# 1st autox



## Nate (Mar 17, 2010)

ive never done or watched autox before and theres an event at the local speedway on oct. 3rd. someone told me about it and said i should go. so here are a few questions.
what parts should i get for suspension that wont break my $1500 budget (w/out cost of labor) and would be the most effective in tight cornering?
does having an A4 have a downside, and if so, what should i be doing different?
and if you have any tips, what would you suggest?

thanks for your time guys


----------



## mikes06goat (Jan 13, 2009)

I've never gone but I know I would get coil overs and a better strut tower brace before I even tried.
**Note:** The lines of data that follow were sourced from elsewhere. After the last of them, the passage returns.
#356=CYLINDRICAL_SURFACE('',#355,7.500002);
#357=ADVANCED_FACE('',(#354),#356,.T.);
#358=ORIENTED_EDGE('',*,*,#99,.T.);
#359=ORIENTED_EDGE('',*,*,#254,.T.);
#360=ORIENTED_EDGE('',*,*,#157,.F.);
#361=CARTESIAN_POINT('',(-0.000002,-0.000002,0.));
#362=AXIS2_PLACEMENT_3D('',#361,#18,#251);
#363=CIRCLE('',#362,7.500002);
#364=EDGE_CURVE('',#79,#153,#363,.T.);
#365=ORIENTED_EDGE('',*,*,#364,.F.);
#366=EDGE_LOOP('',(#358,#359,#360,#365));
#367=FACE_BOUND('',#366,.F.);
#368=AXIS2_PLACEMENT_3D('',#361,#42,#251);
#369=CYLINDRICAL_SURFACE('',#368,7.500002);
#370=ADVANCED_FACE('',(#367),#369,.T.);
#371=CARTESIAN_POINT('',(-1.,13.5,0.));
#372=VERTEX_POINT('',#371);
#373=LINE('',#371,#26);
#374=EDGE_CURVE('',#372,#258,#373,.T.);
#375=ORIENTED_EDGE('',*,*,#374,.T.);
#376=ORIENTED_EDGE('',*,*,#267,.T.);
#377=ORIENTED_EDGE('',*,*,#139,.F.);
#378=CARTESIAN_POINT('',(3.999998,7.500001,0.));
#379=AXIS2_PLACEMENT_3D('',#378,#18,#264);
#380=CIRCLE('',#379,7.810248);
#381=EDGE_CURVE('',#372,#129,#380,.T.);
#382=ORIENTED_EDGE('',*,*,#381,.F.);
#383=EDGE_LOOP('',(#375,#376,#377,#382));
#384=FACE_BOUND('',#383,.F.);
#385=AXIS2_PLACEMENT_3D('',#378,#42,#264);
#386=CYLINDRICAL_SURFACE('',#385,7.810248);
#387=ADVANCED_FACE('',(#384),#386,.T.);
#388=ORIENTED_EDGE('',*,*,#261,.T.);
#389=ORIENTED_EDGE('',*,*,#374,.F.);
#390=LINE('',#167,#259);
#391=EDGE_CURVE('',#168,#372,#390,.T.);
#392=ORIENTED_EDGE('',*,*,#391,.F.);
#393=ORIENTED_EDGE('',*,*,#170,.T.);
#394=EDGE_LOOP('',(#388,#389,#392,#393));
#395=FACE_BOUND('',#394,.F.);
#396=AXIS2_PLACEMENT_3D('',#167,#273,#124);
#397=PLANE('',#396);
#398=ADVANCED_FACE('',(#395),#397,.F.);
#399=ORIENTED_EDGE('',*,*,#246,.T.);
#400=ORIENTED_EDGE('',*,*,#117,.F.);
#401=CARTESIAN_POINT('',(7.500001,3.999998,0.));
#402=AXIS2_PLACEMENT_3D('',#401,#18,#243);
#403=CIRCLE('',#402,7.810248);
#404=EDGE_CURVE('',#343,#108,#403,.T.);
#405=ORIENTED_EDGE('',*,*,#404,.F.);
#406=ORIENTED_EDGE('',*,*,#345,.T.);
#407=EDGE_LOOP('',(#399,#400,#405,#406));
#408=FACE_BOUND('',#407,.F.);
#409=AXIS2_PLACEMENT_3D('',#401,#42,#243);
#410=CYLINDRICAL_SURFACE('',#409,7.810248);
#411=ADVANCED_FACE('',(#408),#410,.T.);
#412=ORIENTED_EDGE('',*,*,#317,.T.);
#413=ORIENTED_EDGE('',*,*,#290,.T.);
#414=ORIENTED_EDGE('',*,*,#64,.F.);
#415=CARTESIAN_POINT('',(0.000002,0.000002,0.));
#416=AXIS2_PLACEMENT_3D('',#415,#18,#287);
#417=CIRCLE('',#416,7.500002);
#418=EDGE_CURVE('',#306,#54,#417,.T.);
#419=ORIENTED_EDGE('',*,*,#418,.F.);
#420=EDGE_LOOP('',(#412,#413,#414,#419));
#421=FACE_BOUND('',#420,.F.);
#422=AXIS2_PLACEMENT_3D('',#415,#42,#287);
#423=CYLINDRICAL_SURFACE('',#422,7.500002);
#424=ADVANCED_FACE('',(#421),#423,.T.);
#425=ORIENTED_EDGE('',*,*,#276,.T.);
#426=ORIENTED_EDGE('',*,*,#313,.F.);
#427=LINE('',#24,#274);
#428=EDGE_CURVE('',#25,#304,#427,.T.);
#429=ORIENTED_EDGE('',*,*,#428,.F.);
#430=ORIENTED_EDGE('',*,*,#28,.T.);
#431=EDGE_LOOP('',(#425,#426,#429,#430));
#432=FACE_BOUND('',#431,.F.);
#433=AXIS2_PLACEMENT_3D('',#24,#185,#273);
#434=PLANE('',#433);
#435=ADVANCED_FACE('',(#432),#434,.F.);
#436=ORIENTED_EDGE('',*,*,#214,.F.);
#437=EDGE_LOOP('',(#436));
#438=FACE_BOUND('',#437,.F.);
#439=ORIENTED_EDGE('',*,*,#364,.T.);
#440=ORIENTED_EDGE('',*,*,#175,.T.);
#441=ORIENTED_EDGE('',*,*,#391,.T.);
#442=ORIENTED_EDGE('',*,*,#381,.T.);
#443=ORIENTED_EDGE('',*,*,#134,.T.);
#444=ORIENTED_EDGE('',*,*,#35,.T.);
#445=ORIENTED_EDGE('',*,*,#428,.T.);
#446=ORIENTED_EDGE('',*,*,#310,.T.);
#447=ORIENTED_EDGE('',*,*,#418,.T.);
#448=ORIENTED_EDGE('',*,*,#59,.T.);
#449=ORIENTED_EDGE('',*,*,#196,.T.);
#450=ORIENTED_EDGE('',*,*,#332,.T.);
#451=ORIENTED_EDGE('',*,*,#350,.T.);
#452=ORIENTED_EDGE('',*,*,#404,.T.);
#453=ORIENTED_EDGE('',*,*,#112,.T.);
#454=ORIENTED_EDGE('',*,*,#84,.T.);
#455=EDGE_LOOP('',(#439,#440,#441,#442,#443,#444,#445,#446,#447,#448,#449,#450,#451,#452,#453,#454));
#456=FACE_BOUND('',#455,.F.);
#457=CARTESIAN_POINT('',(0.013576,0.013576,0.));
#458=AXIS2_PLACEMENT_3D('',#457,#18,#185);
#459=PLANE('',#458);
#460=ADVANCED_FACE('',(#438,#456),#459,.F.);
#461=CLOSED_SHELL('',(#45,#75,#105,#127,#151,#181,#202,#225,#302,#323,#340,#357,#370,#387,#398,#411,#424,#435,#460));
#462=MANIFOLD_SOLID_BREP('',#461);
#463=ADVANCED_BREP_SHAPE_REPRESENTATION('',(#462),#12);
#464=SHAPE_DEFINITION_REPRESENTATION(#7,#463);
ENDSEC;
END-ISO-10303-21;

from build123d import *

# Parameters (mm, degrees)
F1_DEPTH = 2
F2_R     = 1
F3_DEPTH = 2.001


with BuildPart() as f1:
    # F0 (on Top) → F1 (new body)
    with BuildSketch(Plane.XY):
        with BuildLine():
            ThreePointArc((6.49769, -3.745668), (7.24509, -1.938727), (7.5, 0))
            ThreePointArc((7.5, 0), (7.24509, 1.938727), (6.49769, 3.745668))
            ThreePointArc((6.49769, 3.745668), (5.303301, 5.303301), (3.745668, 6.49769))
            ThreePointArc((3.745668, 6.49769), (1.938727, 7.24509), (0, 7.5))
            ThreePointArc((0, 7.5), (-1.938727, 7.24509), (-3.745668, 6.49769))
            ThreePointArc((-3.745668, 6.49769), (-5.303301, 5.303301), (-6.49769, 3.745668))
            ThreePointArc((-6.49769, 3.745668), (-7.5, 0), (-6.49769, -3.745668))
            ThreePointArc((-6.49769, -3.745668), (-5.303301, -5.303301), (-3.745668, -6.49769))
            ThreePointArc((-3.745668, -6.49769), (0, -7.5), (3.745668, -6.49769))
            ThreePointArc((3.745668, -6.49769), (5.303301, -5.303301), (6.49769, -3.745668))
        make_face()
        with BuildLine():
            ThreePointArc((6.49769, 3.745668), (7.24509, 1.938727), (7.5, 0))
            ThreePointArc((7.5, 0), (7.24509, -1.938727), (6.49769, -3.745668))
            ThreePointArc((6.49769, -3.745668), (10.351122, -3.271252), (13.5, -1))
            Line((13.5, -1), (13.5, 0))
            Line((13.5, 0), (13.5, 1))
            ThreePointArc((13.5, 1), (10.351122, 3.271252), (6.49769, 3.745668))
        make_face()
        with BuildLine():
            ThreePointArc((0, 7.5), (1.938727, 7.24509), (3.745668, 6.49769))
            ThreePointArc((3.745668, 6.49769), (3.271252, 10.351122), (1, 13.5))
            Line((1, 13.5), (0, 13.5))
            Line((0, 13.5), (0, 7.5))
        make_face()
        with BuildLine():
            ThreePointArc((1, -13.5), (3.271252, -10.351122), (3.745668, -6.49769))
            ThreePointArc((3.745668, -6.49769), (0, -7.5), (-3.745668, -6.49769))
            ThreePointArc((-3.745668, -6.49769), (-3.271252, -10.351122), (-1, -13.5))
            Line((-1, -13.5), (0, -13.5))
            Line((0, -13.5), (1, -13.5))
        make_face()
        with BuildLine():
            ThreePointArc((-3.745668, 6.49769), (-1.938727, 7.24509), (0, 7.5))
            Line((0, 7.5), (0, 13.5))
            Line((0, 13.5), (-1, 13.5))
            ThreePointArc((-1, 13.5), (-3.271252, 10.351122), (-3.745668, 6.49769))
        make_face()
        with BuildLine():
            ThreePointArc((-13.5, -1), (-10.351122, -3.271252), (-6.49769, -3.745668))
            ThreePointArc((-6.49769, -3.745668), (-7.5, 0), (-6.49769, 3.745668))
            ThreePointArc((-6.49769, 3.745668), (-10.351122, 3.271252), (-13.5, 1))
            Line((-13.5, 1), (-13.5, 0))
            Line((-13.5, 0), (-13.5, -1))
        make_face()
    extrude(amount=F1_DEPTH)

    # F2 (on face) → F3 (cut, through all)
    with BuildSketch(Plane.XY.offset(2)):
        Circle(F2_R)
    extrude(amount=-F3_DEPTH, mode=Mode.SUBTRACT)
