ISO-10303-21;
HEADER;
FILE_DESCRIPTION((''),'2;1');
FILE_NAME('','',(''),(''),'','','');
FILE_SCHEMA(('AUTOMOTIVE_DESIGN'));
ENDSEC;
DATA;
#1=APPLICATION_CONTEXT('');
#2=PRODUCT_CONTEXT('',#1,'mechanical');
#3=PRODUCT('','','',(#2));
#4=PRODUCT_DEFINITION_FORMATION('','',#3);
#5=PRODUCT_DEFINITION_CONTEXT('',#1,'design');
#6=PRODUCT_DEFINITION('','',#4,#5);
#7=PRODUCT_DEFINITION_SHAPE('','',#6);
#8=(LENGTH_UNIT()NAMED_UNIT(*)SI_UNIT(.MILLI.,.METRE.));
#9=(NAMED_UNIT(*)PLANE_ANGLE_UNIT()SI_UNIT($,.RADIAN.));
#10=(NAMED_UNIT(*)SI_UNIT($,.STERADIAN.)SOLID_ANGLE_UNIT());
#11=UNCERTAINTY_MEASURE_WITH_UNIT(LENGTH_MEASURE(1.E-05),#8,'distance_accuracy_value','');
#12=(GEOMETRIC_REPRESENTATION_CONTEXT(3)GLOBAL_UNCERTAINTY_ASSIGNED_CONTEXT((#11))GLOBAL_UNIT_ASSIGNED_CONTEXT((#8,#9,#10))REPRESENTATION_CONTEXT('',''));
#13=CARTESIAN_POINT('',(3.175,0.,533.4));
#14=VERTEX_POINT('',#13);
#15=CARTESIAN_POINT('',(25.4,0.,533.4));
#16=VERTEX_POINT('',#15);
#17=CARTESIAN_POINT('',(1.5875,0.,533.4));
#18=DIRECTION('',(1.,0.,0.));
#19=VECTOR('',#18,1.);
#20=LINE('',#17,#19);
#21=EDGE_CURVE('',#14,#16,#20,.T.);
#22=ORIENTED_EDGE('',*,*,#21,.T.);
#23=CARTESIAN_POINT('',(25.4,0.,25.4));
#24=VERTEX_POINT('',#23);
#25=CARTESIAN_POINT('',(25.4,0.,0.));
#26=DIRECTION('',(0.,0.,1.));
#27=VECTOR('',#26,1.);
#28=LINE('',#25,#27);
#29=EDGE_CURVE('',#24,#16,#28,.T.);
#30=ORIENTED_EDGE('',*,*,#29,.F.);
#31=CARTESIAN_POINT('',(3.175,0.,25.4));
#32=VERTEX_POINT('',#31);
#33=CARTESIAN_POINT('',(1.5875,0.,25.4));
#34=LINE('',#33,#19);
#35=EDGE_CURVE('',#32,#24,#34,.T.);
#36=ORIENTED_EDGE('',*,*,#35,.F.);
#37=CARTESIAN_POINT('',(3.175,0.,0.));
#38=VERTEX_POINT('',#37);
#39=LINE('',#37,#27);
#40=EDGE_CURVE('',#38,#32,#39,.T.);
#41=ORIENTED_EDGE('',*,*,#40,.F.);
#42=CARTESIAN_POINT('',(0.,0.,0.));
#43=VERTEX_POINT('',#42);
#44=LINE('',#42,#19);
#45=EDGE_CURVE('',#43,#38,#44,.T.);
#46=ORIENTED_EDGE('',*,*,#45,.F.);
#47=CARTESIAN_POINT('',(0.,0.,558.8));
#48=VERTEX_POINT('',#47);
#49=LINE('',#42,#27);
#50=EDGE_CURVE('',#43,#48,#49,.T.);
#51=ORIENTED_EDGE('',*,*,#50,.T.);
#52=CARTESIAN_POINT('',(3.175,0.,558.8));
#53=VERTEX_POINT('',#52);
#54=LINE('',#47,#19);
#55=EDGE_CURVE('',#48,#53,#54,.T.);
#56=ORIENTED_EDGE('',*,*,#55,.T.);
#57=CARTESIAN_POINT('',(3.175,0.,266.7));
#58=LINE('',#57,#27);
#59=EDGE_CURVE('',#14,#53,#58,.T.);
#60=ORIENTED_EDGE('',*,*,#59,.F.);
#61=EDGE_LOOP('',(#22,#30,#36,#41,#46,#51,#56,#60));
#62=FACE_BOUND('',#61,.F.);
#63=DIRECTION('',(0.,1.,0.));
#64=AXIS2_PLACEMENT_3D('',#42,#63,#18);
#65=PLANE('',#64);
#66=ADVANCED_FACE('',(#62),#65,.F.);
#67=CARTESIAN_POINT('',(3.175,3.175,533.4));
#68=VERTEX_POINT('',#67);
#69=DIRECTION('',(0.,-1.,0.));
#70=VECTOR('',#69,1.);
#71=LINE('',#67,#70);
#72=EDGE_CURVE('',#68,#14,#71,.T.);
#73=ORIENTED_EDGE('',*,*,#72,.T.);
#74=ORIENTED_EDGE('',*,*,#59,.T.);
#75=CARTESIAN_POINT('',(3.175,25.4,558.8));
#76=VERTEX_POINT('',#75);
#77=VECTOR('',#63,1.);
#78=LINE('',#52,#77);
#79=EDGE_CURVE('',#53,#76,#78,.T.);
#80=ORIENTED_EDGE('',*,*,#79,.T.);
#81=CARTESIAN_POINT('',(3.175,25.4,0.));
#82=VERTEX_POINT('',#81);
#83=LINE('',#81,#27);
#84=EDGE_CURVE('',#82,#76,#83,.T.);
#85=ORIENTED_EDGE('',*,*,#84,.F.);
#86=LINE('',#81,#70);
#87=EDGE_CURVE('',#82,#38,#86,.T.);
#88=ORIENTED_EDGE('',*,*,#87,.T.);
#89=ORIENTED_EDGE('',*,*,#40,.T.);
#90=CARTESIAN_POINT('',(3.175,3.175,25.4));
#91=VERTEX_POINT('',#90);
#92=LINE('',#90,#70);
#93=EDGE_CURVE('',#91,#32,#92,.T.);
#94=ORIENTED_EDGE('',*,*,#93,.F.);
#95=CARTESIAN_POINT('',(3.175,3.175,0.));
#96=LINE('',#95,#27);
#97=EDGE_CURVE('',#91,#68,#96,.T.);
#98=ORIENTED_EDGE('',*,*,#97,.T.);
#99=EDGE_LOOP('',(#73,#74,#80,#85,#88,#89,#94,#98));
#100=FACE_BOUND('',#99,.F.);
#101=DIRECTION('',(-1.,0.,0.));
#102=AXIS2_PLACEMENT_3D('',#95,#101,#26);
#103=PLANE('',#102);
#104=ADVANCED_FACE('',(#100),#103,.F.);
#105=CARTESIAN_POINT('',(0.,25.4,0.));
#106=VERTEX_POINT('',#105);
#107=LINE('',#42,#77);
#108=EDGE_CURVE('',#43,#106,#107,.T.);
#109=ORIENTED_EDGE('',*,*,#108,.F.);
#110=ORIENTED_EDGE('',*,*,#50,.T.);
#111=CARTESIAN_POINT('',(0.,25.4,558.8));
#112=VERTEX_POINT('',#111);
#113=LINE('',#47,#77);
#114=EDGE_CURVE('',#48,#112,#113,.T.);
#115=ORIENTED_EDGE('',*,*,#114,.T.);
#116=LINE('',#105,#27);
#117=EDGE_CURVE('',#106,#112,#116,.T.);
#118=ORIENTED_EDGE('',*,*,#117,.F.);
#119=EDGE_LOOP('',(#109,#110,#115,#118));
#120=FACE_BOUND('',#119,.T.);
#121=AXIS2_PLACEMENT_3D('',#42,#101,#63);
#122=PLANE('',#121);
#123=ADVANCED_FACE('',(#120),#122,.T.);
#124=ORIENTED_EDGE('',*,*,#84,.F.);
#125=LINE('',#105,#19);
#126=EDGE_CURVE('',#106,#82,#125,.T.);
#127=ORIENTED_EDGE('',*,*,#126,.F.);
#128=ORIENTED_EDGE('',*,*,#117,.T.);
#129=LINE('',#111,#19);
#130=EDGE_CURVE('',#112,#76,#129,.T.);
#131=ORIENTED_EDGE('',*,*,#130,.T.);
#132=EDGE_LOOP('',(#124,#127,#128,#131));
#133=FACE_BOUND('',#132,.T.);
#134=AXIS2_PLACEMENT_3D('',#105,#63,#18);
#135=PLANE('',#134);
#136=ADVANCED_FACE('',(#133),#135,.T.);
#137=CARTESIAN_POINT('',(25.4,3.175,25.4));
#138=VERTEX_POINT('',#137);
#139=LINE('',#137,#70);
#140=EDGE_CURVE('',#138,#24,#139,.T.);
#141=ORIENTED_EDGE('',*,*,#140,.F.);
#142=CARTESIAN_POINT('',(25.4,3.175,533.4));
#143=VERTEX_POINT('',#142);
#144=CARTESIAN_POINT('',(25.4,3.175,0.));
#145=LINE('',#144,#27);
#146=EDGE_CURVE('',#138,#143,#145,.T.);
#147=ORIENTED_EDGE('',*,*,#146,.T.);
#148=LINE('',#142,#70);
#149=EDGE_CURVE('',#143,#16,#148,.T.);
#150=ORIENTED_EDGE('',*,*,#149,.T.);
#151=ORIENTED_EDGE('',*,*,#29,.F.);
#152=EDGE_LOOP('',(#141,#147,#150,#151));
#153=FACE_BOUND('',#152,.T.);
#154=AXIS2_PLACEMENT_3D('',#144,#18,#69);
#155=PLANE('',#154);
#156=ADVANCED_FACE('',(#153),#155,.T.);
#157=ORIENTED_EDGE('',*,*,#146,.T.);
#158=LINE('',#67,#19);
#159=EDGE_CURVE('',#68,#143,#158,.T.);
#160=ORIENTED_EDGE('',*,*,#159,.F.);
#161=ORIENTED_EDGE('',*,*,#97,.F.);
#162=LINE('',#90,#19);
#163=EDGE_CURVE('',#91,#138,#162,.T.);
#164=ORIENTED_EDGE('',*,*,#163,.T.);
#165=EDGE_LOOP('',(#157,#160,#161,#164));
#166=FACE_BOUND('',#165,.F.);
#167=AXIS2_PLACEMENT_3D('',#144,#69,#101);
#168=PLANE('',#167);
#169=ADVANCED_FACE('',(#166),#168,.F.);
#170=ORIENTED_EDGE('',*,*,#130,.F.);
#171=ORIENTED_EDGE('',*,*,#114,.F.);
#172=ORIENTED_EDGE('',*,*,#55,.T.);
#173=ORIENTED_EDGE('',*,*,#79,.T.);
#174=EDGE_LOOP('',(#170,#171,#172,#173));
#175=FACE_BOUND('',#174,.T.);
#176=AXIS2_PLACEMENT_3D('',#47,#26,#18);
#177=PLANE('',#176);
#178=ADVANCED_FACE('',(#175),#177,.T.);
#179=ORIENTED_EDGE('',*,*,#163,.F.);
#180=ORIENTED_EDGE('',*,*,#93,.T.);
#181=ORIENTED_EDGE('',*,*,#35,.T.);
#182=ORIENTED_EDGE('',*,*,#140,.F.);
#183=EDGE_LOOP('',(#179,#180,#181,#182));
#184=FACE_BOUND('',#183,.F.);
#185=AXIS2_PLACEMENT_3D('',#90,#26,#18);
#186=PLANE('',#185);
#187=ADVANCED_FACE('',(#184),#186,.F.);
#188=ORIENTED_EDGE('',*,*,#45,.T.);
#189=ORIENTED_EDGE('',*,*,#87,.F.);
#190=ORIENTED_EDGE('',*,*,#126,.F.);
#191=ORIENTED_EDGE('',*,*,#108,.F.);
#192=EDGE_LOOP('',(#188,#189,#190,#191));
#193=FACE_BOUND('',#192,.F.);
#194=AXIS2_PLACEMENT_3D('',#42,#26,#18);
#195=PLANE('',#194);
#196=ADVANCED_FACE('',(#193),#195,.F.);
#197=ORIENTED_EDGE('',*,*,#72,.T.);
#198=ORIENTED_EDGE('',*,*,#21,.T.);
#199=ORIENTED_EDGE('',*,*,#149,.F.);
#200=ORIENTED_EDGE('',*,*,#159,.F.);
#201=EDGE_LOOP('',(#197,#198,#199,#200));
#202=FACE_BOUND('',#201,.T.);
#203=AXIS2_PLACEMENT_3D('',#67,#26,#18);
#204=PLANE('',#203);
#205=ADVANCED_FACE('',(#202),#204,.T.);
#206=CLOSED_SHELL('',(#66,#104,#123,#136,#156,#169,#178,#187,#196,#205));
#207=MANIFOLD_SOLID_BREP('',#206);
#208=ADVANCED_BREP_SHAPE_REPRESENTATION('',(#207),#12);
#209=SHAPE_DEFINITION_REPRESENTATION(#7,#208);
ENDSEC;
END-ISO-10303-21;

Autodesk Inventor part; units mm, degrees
ref_plane "YZ Plane" through (0, 0, 0) normal (1, 0, 0) x (0, 1, 0)
ref_plane "XZ Plane" through (0, 0, 0) normal (0, 1, 0) x (-1, 0, 0)
ref_plane "XY Plane" through (0, 0, 0) normal (0, 0, 1) x (1, 0, 0)
sketch "Sketch1" plane through (0, 0, 0) normal (0, 0, 1) x (1, 0, 0)
  line L0 (0, 0) -> (0, 25.4)
  line L1 (0, 0) -> (25.4, 0)
  line L2 (25.4, 3.175) -> (3.175, 3.175)
  line L3 (3.175, 3.175) -> (3.175, 25.4)
  line L4 (25.4, 3.175) -> (25.4, 0)
  line L5 (0, 25.4) -> (3.175, 25.4)
  dimension "d0" = 25.4
  dimension "d1" = 25.4
  dimension "d2" = 3.175
extrude "Extrusion1" add sketch "Sketch1" along normal blind 558.8
sketch "Sketch2" plane through (3.175, 3.175, 0) normal (0, 1, 0) x (1, 0, 0)
  line L0 (0, 0) -> (0, -558.8) projected
  line L1 (0, -25.4) -> (22.225, -25.4)
  line L2 (22.225, 0) -> (22.225, -558.8) projected
  line L3 (0, -533.4) -> (22.225, -533.4)
  line L4 (22.225, -558.8) -> (0, -558.8) projected
  line L5 (0, 0) -> (22.225, 0) projected
  line L6 (22.225, -533.4) -> (22.225, -558.8)
  line L7 (0, -558.8) -> (0, -533.4)
  line L8 (-3.175, -558.8) -> (22.225, -558.8) projected
  line L9 (0, -25.4) -> (0, 0)
  line L10 (-3.175, 0) -> (-3.175, -558.8) projected
  line L11 (22.225, 0) -> (-3.175, 0) projected
  line L12 (0, 0) -> (22.225, 0)
  line L13 (22.225, 0) -> (22.225, -25.4)
  line L14 (0, -558.8) -> (22.225, -558.8)
  dimension "d5" = 25.4
  dimension "d6" = 25.4
extrude "Extrusion2" cut sketch "Sketch2" against normal blind 25.4 contours L5 L2 L1 L0 | L3 L2 L4 L0
properties part number "22 cut 20 L bracket"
You should be ok with a a4. Just leave it in a low gear and have fun!


----------



## GM4life (Mar 18, 2007)

1) Radius Rod bushings
2) Strut mount bushings
3) Springs
4) Shocks and struts
Thoes are the main players. 

Then:
- x-member bushings
- control arm bushings
- sway bars

Also* Kollar Racing *has a nice coil over kit that is withen your budget: Results for 04-06 PONTIAC GTO
An artical was done in High Performace Pontiac with that setup just recently.


----------



## jpalamar (Jul 22, 2008)

Upgrade your brakes first! Make sure you have good tires too. Then with whatever money is left, if any, start with some bushings.


----------



## Nate (Mar 17, 2010)

for bushings, would a kit like this work?
04-06 Pontiac GTO Energy Suspension Master Bushing Kit : eBay Motors (item 120579119480 end time Sep-02-10 11:18:54 PDT)


----------



## GM4life (Mar 18, 2007)

That bushing kit will work, but its not that importaint its part of the puzzle. It won't hurt to get it. If it comes with the rear diff insert toss it out and get a Lovells, Pedders insert or Harrop diff cover. I replaced all my bushings except for the rear control arm bushings. I have to say I got the best results by replacing the Radius Rod bushings.


----------